When you reach the line containing "e25 v23 v24 LINE" in the records below, start copying exactly, and stop once you have copied the line containing "v32 (-1.27,16.002,-22.86)".

+++ ENTRIES SUPPLIED +++

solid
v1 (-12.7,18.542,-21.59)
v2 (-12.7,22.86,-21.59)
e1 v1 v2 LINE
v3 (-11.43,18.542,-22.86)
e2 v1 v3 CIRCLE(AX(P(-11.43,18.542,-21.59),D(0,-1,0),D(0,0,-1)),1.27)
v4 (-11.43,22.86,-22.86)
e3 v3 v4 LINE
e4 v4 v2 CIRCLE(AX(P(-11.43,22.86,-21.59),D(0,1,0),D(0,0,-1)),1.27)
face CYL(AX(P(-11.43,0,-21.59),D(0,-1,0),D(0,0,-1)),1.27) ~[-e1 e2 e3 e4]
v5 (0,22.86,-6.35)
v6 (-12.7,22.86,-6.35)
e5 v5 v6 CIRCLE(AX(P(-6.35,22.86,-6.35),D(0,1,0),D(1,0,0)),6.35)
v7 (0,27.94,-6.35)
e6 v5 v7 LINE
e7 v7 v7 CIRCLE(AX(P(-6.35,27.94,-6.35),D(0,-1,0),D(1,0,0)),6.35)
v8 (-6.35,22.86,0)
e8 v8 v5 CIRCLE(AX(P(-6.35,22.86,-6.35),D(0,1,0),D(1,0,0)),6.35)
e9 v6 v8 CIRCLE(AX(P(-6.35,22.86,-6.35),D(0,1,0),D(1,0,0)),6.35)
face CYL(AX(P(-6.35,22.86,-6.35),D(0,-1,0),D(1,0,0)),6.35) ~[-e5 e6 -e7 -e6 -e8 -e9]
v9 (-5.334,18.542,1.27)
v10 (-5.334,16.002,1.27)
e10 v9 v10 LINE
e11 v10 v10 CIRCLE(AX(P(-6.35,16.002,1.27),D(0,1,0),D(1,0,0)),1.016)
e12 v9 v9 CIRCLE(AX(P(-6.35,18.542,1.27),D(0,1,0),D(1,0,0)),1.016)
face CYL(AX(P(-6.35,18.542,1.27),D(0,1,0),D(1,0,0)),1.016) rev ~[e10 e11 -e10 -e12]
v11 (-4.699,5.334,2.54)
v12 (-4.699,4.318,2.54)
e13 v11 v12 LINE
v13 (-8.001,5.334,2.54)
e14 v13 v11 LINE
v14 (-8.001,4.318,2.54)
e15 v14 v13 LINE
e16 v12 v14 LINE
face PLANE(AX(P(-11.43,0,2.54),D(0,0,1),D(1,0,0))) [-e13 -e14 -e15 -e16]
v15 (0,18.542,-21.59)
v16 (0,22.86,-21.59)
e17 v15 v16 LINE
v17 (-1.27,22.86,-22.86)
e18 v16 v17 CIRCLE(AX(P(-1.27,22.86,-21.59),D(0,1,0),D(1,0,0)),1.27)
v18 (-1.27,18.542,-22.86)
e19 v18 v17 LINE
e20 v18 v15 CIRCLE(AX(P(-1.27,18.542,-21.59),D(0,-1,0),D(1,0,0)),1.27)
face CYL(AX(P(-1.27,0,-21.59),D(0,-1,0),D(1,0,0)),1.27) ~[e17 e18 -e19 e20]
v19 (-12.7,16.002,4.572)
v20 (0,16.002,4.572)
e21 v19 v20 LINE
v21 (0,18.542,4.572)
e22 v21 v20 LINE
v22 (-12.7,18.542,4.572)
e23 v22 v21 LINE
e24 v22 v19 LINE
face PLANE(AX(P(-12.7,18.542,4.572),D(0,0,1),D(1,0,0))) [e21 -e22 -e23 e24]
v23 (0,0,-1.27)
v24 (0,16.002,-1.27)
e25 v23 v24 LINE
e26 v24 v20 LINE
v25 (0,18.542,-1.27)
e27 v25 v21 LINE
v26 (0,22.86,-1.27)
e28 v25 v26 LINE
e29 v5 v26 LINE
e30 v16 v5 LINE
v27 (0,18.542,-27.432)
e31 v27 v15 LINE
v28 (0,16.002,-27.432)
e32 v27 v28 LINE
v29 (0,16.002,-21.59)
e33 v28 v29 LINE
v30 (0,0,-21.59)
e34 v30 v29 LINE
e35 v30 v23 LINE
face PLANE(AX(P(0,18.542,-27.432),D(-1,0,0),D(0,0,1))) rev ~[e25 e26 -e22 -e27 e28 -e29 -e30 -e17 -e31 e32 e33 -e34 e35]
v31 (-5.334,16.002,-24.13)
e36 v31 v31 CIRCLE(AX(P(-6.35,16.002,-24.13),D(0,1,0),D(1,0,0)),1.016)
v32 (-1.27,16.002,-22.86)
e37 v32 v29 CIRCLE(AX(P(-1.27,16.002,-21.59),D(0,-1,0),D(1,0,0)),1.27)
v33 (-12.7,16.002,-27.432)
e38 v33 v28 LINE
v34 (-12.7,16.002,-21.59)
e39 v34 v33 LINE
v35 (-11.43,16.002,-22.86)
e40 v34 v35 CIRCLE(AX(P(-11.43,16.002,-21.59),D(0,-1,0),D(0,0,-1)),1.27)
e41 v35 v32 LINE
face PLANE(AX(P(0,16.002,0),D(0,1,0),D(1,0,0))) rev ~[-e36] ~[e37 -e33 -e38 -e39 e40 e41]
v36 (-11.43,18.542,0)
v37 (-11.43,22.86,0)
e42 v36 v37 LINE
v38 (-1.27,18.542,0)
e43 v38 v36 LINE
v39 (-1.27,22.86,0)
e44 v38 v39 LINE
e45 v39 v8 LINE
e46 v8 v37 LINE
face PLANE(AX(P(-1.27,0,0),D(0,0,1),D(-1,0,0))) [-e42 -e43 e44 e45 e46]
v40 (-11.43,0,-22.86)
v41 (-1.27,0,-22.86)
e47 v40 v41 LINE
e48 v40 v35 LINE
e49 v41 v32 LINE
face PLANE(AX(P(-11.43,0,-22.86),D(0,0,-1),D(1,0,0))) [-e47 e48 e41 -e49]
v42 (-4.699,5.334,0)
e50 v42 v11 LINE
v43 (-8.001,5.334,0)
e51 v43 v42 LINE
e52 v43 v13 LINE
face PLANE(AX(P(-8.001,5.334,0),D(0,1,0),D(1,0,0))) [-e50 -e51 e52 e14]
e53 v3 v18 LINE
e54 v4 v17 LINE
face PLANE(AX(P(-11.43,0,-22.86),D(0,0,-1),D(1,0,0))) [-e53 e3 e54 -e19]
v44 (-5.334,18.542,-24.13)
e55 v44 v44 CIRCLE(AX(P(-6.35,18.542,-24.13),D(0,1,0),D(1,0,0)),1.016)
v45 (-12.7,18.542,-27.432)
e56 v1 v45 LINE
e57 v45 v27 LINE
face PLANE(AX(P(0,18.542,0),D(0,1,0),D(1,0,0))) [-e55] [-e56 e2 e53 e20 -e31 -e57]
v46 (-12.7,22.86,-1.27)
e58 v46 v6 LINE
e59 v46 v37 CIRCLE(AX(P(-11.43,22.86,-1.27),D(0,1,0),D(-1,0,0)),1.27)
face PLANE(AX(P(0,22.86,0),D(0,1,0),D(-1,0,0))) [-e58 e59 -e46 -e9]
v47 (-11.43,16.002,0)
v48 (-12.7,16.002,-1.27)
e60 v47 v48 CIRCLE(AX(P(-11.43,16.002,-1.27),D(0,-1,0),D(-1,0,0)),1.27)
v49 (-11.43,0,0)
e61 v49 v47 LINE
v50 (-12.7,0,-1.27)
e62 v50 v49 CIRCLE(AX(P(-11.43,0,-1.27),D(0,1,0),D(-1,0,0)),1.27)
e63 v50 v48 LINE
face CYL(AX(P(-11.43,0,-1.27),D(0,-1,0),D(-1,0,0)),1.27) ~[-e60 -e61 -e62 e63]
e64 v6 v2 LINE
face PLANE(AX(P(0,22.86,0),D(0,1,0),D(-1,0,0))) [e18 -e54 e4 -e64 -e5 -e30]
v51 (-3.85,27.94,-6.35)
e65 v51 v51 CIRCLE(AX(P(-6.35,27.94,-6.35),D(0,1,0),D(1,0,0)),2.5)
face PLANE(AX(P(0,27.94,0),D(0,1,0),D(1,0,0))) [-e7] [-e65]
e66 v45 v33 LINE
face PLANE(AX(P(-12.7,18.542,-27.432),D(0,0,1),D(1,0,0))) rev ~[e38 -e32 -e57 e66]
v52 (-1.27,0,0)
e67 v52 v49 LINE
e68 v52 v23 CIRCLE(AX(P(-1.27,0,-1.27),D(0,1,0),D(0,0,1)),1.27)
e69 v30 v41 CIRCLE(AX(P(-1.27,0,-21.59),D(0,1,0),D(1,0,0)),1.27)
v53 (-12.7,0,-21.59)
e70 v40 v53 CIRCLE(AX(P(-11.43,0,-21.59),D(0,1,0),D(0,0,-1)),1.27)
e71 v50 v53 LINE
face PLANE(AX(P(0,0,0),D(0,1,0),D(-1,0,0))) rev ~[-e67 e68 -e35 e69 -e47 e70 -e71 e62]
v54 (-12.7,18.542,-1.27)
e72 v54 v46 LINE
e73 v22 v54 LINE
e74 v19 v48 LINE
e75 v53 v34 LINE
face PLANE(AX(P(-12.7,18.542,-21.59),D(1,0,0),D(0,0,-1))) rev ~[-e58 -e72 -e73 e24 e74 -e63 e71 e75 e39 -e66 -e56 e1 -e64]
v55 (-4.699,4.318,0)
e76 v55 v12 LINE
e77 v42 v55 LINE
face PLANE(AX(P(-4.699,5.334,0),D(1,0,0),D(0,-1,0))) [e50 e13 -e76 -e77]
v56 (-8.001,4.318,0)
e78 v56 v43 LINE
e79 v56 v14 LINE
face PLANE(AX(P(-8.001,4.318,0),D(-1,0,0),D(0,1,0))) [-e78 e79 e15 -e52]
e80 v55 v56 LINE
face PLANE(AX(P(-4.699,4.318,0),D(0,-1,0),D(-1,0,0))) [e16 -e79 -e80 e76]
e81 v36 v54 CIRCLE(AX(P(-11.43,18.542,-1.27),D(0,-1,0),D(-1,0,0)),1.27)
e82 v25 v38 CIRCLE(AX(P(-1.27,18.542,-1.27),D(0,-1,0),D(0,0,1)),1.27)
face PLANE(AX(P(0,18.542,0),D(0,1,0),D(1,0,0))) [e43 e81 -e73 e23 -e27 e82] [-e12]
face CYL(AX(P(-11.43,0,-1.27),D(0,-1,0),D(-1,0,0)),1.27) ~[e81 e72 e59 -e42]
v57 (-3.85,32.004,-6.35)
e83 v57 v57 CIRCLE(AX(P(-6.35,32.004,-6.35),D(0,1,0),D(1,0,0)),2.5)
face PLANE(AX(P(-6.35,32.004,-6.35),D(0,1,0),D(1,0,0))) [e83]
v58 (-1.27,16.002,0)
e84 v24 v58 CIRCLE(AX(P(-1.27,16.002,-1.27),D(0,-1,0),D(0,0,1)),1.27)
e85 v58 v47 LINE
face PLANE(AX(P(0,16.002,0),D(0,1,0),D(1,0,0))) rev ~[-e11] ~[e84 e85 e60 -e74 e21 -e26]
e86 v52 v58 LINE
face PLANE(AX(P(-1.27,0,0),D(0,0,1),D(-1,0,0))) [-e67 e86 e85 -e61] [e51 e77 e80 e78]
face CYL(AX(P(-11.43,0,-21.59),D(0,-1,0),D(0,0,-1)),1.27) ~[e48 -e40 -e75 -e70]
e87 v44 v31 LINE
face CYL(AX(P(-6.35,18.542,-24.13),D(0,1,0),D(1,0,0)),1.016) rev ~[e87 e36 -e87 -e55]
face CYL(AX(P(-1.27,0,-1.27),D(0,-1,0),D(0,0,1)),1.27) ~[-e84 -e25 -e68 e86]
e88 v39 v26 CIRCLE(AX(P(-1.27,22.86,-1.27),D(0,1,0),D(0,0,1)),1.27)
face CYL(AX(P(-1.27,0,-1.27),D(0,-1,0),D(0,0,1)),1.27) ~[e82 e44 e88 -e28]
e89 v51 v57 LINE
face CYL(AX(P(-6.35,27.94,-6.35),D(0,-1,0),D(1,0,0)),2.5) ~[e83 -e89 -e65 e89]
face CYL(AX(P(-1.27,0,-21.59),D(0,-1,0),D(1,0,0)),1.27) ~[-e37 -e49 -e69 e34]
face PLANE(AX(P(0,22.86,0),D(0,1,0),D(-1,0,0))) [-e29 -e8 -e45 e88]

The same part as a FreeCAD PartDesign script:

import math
import FreeCAD as App
import Part
import Sketcher

V = App.Vector
Q = App.Units.Quantity

doc = App.newDocument("Part")
params = doc.addObject("Spreadsheet::Sheet", "Params")
for row, (alias, value) in enumerate([
    ("sketch1_radius", "0.05 in"),
    ("pad1_length", "0.9 in"),
    ("sketch2_diameter", "0.5 in"),
    ("pad2_length", "0.2 in"),
    ("sketch3_diameter", "0.08 in"),
    ("sketch3_width", "0.5 in"),
    ("sketch3_height", "1.26 in"),
    ("pad3_length", "0.1 in"),
    ("sketch4_width", "0.13 in"),
    ("sketch4_height", "0.04 in"),
    ("pad4_length", "0.1 in"),
    ("pad5_length", "0.16 in"),
], start=1):
    params.set(f"A{row}", alias)
    params.set(f"B{row}", "=" + value)
    params.setAlias(f"B{row}", alias)

body = doc.addObject("PartDesign::Body", "Body")

sketch1 = body.newObject("Sketcher::SketchObject", "Sketch")
sketch1.AttachmentSupport = (doc.getObject("XZ_Plane"), [""])
sketch1.MapMode = "FlatFace"
sketch1.addGeometry([
    Part.LineSegment(V(-11.4, 0, 0), V(-1.3, 0, 0)),
    Part.ArcOfCircle(Part.Circle(V(-1.3, -1.3, 0), V(0, 0, 1), 1.3), math.radians(0), math.radians(90)),
    Part.LineSegment(V(0, -1.3, 0), V(0, -21.6, 0)),
    Part.ArcOfCircle(Part.Circle(V(-1.3, -21.6, 0), V(0, 0, 1), 1.3), math.radians(-90), math.radians(0)),
    Part.LineSegment(V(-1.3, -22.9, 0), V(-11.4, -22.9, 0)),
    Part.ArcOfCircle(Part.Circle(V(-11.4, -21.6, 0), V(0, 0, 1), 1.3), math.radians(180), math.radians(270)),
    Part.LineSegment(V(-12.7, -21.6, 0), V(-12.7, -1.3, 0)),
    Part.ArcOfCircle(Part.Circle(V(-11.4, -1.3, 0), V(0, 0, 1), 1.3), math.radians(90), math.radians(180)),
], False)
sketch1.addConstraint([
    Sketcher.Constraint("Tangent", 0, 2, 1, 2),
    Sketcher.Constraint("Tangent", 1, 1, 2, 1),
    Sketcher.Constraint("Tangent", 2, 2, 3, 2),
    Sketcher.Constraint("Tangent", 3, 1, 4, 1),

+++

**RESULT OF THIS EXERCISE**:
e25 v23 v24 LINE
e26 v24 v20 LINE
v25 (0,18.542,-1.27)
e27 v25 v21 LINE
v26 (0,22.86,-1.27)
e28 v25 v26 LINE
e29 v5 v26 LINE
e30 v16 v5 LINE
v27 (0,18.542,-27.432)
e31 v27 v15 LINE
v28 (0,16.002,-27.432)
e32 v27 v28 LINE
v29 (0,16.002,-21.59)
e33 v28 v29 LINE
v30 (0,0,-21.59)
e34 v30 v29 LINE
e35 v30 v23 LINE
face PLANE(AX(P(0,18.542,-27.432),D(-1,0,0),D(0,0,1))) rev ~[e25 e26 -e22 -e27 e28 -e29 -e30 -e17 -e31 e32 e33 -e34 e35]
v31 (-5.334,16.002,-24.13)
e36 v31 v31 CIRCLE(AX(P(-6.35,16.002,-24.13),D(0,1,0),D(1,0,0)),1.016)
v32 (-1.27,16.002,-22.86)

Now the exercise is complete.